Poen Che’k : Gagasan Referendum Jangan Hanya Sekedar Sensasi dan Argumentasi Semata

oleh -116 views

Banda Aceh (ADC)- Pemuda Barat Selatan Aceh Nasri Saputra, menyatakan sangat setuju dan sependapat dengan apa yang dikemukakan oleh mantan Wakil Gubernur Aceh Muzakir Manaf.

Aceh lebih baik mengikuti jejak Timor Leste yaitu, “Referendum Solution”.

“Asalkan gagasan yang terkesan bias itu, bisa dibuktikan dengan data akurat beserta penjabarannya dan dapat diterima logika, sesuai dengan aspek aspek hukum (peraturan) internasional dan nasioanal atas perdamaian dunia dan perlindungan hak warga sipil,” ungkap Nasri Saputra yang juga akrab disapa Poen Che’k via WhatsApp kepada media ini, Selasa 28 Mei 2019.

Pemuda yang pernah ikut bergabung dalam Tim Pemekaran Aceh Barat Selatan (ABAS) dan Aceh Lauser Antara (ALA), juga ikut berorasi di acara Manifesto Politik Pemuda ALA- ABAS yang berlangsung di Lapangan Teuku Umar Ujoeng Kareung Meulaboh Minggu 7 Februari 2016 lalu, ia berpendapat, gagasan Referendum Aceh adalah relefan.

“Kita berharap, pusat jangan menanggapi hal tersebut dengan tendensius dan sinis, akan tetapi hargai sebagai bagian daripada penyampaian pendapat yang dijamin oleh UU RI Tahun 1998 tentang kemerdekaan menyampaikan pendapat di muka umum. Dengan menimbang, bahwa kemerdekan menyampaikan pendapat di muka umum, adalah Hak Asasi Manusia (HAM) yang dijamin UUD 1945 dan deklarasi universal hak hak asasi manusia. Jadi jangan dianggap hal itu adalah Makar,” sebut Poen Che’k.

Gagasan Aceh Teudong Ateuh Gaki Droe (berdiri diatas kaki sendiri) apakah sudah dipertimbangkan dan diputuskan dengan sematang matangnya ??. Serta, sudah sejauh mana kita mempersiapkan ketersediaan sumber daya manusia.

Selain itu, kita juga jangan hanya sekedar mengeluarkan gagasan saja, dan kita juga tidak hanya sekedar membuat sensasi semata. Namun semua itu, butuh kajian, analisis, dan riset yang autentik oleh profesional dan pakar, serta pendapat dari semua pihak termasuk Jakarta (Indonesia).

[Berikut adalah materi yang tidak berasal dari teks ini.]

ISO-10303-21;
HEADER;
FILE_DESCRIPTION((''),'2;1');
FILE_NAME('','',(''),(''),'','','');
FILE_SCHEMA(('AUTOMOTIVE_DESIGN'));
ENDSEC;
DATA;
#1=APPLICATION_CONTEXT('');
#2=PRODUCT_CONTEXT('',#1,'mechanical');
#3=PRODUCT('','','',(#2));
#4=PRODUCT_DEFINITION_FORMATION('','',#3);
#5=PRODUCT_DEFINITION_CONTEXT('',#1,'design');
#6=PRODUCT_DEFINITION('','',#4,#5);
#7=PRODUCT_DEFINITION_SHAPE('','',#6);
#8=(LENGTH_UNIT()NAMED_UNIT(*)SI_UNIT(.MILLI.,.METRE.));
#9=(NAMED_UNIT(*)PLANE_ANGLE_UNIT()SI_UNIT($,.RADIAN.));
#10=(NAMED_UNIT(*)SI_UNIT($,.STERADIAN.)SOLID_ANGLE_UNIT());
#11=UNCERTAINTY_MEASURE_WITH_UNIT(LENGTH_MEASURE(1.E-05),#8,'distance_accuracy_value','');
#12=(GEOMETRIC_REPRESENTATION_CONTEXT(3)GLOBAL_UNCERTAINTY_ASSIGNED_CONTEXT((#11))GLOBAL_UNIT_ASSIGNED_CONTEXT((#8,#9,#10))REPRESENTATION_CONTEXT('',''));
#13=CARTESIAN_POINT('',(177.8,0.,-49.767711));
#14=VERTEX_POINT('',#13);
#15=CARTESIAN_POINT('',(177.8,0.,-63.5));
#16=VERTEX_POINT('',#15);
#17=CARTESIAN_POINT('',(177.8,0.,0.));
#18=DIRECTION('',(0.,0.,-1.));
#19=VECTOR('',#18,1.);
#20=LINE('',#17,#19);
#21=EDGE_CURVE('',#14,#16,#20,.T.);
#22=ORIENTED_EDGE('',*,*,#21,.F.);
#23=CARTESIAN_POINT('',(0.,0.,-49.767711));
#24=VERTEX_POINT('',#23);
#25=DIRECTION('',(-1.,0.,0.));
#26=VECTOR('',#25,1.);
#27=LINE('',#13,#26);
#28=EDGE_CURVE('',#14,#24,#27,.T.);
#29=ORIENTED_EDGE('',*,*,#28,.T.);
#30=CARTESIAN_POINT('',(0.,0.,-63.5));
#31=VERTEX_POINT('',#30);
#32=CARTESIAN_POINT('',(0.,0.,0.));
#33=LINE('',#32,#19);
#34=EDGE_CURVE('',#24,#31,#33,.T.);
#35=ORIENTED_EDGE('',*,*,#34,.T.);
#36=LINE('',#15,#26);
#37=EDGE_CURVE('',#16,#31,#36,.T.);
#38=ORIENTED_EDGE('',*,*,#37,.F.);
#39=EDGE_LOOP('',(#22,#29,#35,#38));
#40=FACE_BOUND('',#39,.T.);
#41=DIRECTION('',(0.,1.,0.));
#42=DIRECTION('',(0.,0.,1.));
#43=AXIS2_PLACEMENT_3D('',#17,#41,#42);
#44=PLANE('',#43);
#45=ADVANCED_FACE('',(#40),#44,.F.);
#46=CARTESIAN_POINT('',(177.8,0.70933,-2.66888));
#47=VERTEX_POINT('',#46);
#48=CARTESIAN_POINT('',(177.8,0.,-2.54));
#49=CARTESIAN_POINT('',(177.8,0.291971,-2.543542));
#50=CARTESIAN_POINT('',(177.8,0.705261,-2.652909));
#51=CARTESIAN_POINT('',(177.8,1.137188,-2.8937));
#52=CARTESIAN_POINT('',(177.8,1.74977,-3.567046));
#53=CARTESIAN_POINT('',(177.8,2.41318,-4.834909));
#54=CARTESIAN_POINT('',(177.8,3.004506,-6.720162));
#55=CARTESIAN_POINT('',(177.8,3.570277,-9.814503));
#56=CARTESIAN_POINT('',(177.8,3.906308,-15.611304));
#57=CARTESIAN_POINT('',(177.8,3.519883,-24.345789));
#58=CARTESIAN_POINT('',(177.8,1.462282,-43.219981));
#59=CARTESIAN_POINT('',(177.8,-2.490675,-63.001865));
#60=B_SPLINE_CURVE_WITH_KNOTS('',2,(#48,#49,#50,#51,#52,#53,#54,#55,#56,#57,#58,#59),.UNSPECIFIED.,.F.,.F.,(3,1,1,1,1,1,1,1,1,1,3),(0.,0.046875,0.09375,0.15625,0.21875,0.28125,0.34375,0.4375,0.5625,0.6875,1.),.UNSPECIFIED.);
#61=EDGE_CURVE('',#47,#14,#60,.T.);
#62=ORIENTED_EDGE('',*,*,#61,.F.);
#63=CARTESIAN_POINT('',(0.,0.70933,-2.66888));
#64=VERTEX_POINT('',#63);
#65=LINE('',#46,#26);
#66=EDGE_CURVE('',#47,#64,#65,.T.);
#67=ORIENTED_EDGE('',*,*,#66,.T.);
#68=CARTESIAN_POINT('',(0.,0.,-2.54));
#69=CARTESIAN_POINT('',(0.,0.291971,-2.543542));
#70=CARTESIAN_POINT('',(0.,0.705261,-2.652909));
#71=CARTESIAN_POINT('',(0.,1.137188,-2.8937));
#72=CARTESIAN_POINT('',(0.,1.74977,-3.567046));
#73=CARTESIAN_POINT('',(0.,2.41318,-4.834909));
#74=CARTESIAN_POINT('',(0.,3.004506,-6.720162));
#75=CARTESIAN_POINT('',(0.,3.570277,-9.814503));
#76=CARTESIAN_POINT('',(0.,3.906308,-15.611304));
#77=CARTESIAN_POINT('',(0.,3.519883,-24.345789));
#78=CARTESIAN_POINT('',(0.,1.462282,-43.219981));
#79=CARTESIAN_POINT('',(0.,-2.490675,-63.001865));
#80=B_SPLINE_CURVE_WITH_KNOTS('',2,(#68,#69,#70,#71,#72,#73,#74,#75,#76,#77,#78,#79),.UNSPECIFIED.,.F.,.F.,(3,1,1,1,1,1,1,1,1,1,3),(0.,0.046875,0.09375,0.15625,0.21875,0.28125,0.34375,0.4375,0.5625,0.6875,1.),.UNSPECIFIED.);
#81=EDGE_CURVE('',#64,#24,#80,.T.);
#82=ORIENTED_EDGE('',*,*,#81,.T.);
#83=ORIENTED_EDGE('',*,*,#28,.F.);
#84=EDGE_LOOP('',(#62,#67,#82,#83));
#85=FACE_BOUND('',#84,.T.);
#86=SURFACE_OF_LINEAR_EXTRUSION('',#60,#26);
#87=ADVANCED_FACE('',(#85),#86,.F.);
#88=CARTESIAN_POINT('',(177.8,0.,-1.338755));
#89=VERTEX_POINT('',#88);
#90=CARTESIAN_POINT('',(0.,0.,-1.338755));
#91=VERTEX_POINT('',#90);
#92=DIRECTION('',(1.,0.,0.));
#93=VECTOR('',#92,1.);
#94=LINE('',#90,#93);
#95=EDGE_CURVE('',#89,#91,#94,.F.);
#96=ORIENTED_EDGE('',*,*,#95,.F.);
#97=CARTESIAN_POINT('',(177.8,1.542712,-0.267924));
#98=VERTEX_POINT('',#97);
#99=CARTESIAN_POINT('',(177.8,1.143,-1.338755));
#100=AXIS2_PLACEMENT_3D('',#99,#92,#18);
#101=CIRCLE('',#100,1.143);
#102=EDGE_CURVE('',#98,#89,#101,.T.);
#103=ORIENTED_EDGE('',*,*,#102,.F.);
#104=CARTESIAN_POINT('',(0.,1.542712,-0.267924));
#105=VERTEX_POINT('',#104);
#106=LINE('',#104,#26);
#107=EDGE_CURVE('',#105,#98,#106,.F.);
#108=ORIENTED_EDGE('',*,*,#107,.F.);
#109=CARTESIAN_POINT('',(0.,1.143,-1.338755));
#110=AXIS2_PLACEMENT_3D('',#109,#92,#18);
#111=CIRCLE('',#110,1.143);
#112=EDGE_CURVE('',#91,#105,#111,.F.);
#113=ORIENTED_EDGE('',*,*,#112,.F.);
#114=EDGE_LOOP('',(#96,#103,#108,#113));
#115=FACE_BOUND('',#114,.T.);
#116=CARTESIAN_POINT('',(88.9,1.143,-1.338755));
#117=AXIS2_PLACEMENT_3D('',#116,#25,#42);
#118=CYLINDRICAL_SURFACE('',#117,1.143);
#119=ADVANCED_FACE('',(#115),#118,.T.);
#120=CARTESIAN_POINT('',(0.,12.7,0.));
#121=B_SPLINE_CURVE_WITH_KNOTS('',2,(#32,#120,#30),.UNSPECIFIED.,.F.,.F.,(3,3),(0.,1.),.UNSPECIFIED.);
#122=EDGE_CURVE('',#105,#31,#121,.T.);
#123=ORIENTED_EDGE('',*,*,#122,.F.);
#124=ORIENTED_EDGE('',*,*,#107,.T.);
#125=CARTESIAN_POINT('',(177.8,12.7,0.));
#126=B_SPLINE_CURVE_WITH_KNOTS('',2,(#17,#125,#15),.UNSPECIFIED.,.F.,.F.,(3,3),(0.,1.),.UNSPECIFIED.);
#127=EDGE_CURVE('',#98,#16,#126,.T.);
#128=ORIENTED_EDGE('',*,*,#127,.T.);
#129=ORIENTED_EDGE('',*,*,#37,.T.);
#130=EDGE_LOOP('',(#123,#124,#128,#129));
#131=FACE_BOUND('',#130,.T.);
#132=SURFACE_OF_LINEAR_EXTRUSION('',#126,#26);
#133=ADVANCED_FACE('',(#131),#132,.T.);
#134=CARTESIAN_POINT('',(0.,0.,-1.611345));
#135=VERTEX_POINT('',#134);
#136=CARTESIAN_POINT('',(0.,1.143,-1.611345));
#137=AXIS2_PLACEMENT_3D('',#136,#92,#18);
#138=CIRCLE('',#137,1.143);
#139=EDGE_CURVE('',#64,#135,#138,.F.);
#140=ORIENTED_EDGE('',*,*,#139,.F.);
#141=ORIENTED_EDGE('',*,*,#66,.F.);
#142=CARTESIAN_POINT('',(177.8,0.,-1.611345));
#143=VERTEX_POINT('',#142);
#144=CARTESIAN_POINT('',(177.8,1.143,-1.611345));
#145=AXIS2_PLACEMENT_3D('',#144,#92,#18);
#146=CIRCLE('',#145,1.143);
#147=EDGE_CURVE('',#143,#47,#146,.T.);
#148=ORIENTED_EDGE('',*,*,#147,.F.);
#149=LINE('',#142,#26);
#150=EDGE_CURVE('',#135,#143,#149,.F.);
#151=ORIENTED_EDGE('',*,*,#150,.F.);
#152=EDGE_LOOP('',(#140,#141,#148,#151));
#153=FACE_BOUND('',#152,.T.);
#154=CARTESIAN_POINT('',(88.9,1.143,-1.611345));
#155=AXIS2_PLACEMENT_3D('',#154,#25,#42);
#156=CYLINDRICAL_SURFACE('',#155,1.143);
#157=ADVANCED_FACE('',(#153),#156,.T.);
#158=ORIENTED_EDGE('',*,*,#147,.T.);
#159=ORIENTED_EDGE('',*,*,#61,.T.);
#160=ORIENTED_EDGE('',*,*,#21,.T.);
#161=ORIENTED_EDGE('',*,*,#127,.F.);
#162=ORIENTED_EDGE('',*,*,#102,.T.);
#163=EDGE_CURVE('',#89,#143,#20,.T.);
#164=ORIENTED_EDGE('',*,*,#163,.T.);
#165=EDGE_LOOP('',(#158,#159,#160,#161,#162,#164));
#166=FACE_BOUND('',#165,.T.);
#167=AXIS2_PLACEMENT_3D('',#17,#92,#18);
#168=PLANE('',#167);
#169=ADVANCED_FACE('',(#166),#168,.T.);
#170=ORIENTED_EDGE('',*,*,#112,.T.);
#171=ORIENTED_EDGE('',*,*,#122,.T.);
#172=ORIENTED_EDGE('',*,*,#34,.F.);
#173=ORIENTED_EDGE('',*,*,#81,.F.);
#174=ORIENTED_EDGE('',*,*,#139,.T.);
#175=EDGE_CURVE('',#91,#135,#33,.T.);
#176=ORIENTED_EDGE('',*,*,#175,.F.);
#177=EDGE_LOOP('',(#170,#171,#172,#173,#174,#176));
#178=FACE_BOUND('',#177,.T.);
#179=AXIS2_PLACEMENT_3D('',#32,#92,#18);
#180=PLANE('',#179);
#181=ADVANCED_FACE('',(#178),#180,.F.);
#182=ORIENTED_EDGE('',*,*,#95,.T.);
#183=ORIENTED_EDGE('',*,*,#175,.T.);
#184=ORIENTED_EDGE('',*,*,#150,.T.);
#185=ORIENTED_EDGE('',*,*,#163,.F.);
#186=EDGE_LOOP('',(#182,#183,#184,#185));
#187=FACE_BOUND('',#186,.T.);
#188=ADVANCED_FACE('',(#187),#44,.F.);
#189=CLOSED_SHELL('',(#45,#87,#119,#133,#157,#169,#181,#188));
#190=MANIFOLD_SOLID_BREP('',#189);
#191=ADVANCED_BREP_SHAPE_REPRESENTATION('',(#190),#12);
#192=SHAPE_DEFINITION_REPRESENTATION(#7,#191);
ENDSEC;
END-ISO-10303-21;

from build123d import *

# Parameters (mm, degrees)
BOSS_EXTRUDE1_DEPTH = 177.8
FILLET1_R           = 1.143


with BuildPart() as part:
    # Sketch1 → Boss-Extrude1 (new body)
    with BuildSketch(Plane(origin=(0, 0, 0), x_dir=(0, 0, -1), z_dir=(1, 0, 0))):
        with BuildLine():
            add(Edge.make_bspline(
                [(0, 0), (0, 12.7), (63.5, 0)],
                knots=[0, 0, 0, 1, 1, 1], degree=2))
            Line((0, 0), (2.54, 0))
            add(Edge.make_bspline(
                [(2.54, 0), (2.543542174, 0.291970761), (2.652908762, 0.705261199), (2.893700113, 1.137187569), (3.567045726, 1.749770153), (4.834908518, 2.413179532), (6.72016171, 3.004506298), (9.814502842, 3.570276806), (15.611303824, 3.906307508), (24.345788638, 3.519882535), (38.440550634, 1.983319347), (49.767711448, 0)],
                knots=[0, 0, 0, 0.046875, 0.09375, 0.15625, 0.21875, 0.28125, 0.34375, 0.4375, 0.5625, 0.6875, 0.889213761, 0.889213761, 0.889213761], degree=2))
            Line((49.767711448, 0), (63.5, 0))
        make_face()
    extrude(amount=BOSS_EXTRUDE1_DEPTH)

    # Fillet1
    fillet1_edges = [part.edges().sort_by_distance(p)[0] for p in [
        (88.9, 0, -2.54),
        (88.9, 0, 0),
    ]]
    fillet(fillet1_edges, radius=FILLET1_R)


solid = part.part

BACA..  Grand Opening ASL Law Office Advocate Sekaligus Santuni Anak Yatim

Menurutnya, kita semua tidak ingin ada lagi pertumpahan darah, dan kita semua mencintai kedamaian dan perdamaian. “Kita bercita cita atas sebuah penentuan, biarlah rakyat yang menentukan apa yang terbaik, karena kedaulatan itu ada ditangan rakyat,” pungkas ayah dua anak ini.

“Dirinya menegaskan, bahwa kesetujuannya terhadap apa yang disampaikan oleh Muzakir Manaf, adalah sikap dan pendapat pribadinya,” kata¬†pemuda yang juga pernah terlibat didunia jurnalis, Anggota KNPI Aceh Jaya, Anggota Pemuda Pancasila Aceh Jaya, Anggota PWI Aceh Balai Aceh Jaya, sekarang menjabat Sekretaris DPW Partai Daerah Aceh Kabupaten Aceh Jaya.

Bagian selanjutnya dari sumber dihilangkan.